*** INFORMATION SHOWN

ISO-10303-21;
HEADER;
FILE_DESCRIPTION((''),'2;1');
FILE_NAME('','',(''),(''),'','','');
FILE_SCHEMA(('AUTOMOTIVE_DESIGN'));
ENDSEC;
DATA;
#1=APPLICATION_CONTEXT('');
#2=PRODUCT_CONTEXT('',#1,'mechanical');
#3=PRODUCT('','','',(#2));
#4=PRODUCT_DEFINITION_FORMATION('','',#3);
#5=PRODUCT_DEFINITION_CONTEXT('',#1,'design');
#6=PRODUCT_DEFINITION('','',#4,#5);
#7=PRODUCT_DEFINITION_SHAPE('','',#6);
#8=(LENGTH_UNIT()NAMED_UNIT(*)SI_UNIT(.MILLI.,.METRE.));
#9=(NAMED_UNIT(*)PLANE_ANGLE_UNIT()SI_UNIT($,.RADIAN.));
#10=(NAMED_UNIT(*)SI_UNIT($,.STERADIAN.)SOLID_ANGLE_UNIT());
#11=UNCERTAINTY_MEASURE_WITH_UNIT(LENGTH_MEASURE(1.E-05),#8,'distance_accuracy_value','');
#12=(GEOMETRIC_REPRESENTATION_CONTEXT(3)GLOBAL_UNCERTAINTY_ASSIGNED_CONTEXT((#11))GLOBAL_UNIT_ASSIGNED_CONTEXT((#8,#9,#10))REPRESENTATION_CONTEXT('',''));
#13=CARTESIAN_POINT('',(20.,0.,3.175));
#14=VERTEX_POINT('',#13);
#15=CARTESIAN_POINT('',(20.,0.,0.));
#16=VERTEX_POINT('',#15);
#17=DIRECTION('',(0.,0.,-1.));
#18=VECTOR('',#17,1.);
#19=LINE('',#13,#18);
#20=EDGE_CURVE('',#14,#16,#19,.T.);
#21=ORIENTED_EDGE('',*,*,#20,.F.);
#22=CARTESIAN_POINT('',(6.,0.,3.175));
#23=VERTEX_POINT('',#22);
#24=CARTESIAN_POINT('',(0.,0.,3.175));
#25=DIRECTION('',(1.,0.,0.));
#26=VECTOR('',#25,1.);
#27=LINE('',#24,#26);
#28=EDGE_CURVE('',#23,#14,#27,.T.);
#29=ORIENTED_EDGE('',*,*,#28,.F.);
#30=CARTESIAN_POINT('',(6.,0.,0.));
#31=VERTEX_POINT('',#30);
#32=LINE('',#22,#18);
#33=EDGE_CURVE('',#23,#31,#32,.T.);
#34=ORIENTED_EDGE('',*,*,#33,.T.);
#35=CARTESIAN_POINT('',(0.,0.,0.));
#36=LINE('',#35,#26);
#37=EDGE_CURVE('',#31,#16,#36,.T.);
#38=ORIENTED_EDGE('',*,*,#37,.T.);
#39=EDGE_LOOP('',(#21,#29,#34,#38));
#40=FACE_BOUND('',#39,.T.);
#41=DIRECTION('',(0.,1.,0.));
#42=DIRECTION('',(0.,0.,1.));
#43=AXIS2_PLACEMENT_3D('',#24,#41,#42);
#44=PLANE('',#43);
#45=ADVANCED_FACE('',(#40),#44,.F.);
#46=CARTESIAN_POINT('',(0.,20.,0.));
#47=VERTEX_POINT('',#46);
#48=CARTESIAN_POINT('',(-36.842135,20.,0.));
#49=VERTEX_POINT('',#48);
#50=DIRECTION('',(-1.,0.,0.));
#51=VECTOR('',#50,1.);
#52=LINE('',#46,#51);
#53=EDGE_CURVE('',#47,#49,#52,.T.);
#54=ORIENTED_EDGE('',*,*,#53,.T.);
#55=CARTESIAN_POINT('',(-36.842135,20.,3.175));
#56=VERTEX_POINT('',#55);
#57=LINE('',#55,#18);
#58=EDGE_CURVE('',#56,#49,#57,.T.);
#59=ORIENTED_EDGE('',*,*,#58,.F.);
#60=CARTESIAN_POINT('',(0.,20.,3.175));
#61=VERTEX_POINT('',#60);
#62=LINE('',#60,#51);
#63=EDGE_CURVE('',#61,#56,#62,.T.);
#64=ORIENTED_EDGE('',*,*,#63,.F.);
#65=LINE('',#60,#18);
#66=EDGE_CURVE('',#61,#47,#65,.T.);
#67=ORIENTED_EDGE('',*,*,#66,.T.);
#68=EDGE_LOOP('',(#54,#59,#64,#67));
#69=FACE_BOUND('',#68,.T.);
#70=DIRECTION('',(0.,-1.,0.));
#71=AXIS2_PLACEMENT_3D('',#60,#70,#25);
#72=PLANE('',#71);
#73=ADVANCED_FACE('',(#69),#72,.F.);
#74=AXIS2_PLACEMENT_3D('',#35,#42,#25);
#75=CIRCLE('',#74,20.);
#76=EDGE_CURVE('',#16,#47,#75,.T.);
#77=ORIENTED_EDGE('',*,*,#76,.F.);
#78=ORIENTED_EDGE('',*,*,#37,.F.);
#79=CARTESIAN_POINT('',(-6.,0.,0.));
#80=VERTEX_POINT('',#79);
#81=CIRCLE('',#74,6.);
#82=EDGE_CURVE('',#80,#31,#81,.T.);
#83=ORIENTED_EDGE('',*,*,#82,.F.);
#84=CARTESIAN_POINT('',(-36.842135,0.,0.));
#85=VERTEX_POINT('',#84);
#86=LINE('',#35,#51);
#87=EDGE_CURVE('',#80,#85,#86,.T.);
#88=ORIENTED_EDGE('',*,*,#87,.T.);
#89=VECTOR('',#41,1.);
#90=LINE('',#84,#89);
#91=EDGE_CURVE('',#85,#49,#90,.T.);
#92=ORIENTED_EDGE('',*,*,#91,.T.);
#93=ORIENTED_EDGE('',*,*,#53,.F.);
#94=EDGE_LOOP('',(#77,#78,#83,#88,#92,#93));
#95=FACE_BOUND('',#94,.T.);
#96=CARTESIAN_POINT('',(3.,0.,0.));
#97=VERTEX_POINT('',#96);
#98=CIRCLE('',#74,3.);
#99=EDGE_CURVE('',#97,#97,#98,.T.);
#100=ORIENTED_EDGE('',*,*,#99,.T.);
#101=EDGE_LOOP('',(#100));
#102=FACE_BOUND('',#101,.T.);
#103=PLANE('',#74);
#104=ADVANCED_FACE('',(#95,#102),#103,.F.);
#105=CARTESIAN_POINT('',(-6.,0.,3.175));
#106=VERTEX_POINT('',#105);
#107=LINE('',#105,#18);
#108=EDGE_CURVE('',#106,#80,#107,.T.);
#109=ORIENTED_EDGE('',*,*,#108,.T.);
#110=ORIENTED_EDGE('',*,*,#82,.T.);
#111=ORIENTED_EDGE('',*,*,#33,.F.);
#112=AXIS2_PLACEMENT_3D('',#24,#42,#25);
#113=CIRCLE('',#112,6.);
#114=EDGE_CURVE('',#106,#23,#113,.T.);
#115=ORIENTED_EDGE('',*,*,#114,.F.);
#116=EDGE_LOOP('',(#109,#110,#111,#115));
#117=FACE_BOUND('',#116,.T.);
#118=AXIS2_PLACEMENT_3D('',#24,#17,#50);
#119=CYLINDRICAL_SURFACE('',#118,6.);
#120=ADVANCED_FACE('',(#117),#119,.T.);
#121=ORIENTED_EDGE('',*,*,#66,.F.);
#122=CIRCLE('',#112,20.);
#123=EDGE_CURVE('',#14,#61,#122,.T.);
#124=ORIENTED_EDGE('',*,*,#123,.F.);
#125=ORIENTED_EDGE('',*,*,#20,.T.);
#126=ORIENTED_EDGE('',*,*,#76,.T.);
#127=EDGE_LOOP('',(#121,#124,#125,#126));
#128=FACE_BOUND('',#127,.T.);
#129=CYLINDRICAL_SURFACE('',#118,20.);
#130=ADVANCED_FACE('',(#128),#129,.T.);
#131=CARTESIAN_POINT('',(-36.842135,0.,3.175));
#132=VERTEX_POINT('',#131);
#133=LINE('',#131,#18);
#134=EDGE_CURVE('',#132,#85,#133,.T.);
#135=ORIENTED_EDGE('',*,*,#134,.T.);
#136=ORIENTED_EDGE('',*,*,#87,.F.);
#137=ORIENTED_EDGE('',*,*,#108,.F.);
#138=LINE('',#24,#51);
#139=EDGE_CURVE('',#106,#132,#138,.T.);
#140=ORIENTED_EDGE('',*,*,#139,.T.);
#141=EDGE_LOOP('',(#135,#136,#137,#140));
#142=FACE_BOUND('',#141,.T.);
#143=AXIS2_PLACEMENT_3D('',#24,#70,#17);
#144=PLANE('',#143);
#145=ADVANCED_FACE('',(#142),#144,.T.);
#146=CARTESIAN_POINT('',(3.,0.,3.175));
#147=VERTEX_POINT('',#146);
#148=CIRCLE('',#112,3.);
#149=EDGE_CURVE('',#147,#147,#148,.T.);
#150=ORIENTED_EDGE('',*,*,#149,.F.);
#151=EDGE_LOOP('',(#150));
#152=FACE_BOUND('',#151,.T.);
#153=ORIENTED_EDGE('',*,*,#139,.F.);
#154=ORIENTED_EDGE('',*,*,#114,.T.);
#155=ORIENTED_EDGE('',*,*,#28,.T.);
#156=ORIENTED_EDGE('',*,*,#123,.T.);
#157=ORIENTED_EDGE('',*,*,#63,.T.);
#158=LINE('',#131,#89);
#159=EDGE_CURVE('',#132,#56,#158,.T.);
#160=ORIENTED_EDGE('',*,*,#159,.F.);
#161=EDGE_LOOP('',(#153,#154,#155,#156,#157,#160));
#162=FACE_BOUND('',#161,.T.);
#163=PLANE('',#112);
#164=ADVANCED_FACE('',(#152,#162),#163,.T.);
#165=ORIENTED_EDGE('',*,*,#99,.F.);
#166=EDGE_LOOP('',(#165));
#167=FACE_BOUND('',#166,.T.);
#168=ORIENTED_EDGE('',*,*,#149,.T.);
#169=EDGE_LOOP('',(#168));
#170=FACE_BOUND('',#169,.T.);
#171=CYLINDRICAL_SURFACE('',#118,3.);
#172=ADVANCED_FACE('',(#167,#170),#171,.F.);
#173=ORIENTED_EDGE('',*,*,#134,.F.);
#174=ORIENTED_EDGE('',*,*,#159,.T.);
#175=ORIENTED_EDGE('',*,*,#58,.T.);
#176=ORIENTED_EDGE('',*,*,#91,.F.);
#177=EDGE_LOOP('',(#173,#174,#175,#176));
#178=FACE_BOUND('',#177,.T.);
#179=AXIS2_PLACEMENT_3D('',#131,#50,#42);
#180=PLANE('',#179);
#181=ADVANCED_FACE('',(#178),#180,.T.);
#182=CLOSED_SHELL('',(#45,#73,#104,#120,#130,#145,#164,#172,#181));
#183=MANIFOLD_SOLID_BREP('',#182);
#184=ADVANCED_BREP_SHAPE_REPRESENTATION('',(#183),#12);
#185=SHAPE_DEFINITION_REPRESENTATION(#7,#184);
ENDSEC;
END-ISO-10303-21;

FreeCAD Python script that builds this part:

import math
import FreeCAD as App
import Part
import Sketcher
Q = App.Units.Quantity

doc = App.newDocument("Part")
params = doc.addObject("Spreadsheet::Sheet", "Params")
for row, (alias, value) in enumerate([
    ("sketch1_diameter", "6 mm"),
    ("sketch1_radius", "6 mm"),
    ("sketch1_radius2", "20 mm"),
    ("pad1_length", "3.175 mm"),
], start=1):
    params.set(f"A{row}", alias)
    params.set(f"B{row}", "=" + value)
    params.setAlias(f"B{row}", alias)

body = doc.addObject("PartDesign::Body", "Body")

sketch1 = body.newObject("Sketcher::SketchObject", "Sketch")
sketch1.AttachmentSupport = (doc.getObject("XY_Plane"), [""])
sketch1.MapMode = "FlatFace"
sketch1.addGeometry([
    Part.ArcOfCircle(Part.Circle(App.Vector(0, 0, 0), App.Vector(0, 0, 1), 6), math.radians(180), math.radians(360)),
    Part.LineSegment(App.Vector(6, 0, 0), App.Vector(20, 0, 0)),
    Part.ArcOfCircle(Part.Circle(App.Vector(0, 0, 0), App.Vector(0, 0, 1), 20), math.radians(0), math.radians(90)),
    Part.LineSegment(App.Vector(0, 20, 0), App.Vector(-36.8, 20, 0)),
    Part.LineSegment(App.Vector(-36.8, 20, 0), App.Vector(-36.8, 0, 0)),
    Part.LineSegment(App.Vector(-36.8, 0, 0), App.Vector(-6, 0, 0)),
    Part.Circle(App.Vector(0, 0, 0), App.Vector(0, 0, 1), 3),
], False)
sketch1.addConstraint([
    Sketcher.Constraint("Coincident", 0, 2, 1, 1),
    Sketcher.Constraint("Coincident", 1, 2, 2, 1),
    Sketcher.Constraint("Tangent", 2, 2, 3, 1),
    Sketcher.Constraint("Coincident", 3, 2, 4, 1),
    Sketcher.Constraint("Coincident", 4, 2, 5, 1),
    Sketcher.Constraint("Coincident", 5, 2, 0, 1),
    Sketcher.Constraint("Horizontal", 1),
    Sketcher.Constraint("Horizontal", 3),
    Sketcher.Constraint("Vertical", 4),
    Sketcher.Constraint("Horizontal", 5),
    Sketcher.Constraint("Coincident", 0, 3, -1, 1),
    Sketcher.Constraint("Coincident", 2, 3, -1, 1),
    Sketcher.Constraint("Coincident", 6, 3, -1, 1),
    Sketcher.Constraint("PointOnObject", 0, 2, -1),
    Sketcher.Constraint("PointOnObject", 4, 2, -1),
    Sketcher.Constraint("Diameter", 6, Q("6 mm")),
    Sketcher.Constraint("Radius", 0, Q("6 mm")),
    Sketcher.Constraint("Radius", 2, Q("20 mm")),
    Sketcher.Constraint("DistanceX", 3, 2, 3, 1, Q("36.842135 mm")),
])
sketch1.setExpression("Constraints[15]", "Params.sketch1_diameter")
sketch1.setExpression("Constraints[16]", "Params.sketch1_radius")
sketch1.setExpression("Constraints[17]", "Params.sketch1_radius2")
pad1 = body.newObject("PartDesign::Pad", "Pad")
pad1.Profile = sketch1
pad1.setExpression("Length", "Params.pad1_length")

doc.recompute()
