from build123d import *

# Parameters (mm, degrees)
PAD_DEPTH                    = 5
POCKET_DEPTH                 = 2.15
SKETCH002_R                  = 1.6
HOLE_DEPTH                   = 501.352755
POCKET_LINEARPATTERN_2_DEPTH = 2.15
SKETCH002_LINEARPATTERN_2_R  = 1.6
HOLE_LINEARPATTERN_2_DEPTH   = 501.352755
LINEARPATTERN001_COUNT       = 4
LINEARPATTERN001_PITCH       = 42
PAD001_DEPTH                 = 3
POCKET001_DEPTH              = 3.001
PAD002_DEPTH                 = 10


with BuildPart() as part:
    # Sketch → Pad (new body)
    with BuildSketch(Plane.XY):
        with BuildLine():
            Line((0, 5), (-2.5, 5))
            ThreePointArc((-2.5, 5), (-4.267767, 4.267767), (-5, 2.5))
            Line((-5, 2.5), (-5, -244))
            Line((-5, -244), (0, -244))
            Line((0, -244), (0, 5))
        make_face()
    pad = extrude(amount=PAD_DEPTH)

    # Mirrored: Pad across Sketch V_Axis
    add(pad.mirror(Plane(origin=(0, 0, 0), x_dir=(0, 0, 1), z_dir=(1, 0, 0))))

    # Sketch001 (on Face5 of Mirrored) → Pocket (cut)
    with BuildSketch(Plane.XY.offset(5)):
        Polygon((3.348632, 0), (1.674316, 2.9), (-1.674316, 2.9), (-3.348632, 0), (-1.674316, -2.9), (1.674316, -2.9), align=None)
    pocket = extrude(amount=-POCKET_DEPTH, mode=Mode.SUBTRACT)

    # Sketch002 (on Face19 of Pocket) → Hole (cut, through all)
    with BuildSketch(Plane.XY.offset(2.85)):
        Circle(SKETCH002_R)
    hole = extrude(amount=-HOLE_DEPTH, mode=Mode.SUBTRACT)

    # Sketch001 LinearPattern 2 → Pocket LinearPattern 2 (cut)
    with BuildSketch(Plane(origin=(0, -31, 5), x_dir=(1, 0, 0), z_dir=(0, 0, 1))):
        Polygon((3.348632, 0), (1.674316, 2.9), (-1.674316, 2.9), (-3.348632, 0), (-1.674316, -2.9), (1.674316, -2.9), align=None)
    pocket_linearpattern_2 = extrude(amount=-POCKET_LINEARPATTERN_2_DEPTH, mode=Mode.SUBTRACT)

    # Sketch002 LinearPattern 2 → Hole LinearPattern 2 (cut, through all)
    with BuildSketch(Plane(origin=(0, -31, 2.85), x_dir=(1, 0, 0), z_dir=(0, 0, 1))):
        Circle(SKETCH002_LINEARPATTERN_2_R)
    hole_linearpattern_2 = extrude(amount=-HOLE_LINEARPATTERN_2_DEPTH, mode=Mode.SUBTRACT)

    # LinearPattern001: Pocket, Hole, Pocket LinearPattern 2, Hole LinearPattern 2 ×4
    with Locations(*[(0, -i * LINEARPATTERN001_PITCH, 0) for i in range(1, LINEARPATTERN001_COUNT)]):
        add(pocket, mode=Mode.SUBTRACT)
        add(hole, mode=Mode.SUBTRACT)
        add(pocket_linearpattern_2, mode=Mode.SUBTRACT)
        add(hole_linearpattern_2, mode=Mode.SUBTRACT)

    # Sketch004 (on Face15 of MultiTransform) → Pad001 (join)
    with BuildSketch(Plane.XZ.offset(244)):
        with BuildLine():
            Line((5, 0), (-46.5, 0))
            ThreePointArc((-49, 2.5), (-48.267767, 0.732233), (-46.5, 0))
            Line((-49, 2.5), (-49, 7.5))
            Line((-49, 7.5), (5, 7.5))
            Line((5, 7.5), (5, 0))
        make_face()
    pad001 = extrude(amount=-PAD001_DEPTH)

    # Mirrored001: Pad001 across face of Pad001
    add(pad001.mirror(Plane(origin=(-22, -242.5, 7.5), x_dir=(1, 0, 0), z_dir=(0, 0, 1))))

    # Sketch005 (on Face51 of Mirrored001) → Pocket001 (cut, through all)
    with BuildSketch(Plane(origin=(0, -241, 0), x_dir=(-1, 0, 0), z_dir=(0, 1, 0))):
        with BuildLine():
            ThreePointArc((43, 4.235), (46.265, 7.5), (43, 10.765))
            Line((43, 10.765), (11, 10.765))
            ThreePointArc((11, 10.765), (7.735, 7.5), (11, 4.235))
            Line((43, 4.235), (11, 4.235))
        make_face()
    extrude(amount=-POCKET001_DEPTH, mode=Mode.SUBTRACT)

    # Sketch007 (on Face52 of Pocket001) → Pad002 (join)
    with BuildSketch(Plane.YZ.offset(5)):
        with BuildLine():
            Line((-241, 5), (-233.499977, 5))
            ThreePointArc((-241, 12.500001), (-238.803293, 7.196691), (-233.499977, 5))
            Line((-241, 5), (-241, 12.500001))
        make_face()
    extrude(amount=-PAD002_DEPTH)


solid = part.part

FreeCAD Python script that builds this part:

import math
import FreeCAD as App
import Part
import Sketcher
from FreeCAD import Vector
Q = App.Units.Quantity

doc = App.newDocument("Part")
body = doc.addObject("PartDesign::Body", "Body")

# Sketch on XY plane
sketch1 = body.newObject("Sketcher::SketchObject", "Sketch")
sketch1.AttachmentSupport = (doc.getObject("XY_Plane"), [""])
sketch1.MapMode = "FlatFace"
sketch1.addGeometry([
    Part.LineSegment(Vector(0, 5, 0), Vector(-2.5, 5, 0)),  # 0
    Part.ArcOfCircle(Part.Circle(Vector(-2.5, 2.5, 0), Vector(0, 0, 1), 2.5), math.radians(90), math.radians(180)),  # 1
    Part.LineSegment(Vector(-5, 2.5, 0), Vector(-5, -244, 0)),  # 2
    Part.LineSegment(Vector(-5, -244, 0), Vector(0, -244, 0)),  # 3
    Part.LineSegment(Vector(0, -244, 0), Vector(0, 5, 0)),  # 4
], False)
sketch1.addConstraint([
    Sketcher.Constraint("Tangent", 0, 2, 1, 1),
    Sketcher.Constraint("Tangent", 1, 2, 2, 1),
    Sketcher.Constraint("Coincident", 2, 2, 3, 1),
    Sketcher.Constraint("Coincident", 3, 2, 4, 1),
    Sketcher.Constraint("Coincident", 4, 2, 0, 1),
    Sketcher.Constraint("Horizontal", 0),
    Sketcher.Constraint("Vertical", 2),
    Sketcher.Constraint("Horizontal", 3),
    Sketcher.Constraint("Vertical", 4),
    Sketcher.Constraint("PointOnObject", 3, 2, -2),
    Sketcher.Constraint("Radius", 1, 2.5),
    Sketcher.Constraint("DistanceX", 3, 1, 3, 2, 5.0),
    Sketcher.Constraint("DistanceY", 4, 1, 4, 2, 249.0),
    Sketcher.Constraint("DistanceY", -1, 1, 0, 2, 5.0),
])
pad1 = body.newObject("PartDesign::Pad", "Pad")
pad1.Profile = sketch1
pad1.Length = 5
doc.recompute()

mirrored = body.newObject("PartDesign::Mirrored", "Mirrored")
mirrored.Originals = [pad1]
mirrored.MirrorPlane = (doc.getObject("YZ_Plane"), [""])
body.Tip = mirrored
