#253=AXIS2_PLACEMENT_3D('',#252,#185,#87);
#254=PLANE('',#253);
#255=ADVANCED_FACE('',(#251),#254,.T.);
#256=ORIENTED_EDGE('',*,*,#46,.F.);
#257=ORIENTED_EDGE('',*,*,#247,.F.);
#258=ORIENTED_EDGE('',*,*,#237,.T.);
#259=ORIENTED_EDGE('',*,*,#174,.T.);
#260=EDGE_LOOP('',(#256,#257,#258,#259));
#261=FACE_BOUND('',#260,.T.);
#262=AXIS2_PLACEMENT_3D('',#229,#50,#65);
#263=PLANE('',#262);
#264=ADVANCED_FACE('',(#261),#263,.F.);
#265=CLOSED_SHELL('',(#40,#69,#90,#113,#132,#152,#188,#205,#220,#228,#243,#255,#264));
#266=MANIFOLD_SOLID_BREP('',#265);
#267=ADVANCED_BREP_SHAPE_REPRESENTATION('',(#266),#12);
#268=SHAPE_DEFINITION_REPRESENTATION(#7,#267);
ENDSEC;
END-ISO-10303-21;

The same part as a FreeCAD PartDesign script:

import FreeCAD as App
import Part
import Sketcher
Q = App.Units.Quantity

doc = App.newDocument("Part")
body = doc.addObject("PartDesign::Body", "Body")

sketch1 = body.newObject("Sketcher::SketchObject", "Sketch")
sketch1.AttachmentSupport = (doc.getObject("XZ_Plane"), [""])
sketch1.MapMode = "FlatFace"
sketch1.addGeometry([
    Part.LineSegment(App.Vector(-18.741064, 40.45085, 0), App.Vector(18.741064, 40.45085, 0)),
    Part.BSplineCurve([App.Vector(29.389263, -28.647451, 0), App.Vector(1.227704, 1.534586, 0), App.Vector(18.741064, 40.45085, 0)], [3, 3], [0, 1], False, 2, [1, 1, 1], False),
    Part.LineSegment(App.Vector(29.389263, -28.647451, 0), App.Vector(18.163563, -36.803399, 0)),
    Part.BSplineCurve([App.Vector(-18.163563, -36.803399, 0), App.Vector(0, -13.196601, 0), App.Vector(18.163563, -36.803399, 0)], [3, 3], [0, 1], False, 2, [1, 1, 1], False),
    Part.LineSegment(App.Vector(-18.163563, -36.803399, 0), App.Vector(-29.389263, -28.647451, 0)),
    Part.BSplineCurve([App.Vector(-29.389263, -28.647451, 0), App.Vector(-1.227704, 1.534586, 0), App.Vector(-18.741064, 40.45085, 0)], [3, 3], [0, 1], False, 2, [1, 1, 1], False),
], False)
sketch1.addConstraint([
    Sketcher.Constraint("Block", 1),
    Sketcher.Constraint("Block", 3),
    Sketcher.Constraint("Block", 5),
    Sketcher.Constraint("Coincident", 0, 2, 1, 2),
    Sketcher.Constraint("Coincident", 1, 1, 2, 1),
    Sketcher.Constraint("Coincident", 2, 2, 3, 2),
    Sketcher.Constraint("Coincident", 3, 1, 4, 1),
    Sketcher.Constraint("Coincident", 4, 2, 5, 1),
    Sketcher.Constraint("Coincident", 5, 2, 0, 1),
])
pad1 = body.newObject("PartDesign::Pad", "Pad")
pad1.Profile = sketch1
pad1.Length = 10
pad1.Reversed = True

******

* WHAT THE TASK ASKS: Look back at the entries above. Retype the line with "#113=CIRCLE('',#112,6.);", the line with "#160=ORIENTED_EDGE('',*,*,#159,.F.);", and all lines in between.

* REPLY TO THE EXERCISE:
#113=CIRCLE('',#112,6.);
#114=EDGE_CURVE('',#106,#23,#113,.T.);
#115=ORIENTED_EDGE('',*,*,#114,.F.);
#116=EDGE_LOOP('',(#109,#110,#111,#115));
#117=FACE_BOUND('',#116,.T.);
#118=AXIS2_PLACEMENT_3D('',#24,#17,#50);
#119=CYLINDRICAL_SURFACE('',#118,6.);
#120=ADVANCED_FACE('',(#117),#119,.T.);
#121=ORIENTED_EDGE('',*,*,#66,.F.);
#122=CIRCLE('',#112,20.);
#123=EDGE_CURVE('',#14,#61,#122,.T.);
#124=ORIENTED_EDGE('',*,*,#123,.F.);
#125=ORIENTED_EDGE('',*,*,#20,.T.);
#126=ORIENTED_EDGE('',*,*,#76,.T.);
#127=EDGE_LOOP('',(#121,#124,#125,#126));
#128=FACE_BOUND('',#127,.T.);
#129=CYLINDRICAL_SURFACE('',#118,20.);
#130=ADVANCED_FACE('',(#128),#129,.T.);
#131=CARTESIAN_POINT('',(-36.842135,0.,3.175));
#132=VERTEX_POINT('',#131);
#133=LINE('',#131,#18);
#134=EDGE_CURVE('',#132,#85,#133,.T.);
#135=ORIENTED_EDGE('',*,*,#134,.T.);
#136=ORIENTED_EDGE('',*,*,#87,.F.);
#137=ORIENTED_EDGE('',*,*,#108,.F.);
#138=LINE('',#24,#51);
#139=EDGE_CURVE('',#106,#132,#138,.T.);
#140=ORIENTED_EDGE('',*,*,#139,.T.);
#141=EDGE_LOOP('',(#135,#136,#137,#140));
#142=FACE_BOUND('',#141,.T.);
#143=AXIS2_PLACEMENT_3D('',#24,#70,#17);
#144=PLANE('',#143);
#145=ADVANCED_FACE('',(#142),#144,.T.);
#146=CARTESIAN_POINT('',(3.,0.,3.175));
#147=VERTEX_POINT('',#146);
#148=CIRCLE('',#112,3.);
#149=EDGE_CURVE('',#147,#147,#148,.T.);
#150=ORIENTED_EDGE('',*,*,#149,.F.);
#151=EDGE_LOOP('',(#150));
#152=FACE_BOUND('',#151,.T.);
#153=ORIENTED_EDGE('',*,*,#139,.F.);
#154=ORIENTED_EDGE('',*,*,#114,.T.);
#155=ORIENTED_EDGE('',*,*,#28,.T.);
#156=ORIENTED_EDGE('',*,*,#123,.T.);
#157=ORIENTED_EDGE('',*,*,#63,.T.);
#158=LINE('',#131,#89);
#159=EDGE_CURVE('',#132,#56,#158,.T.);
#160=ORIENTED_EDGE('',*,*,#159,.F.);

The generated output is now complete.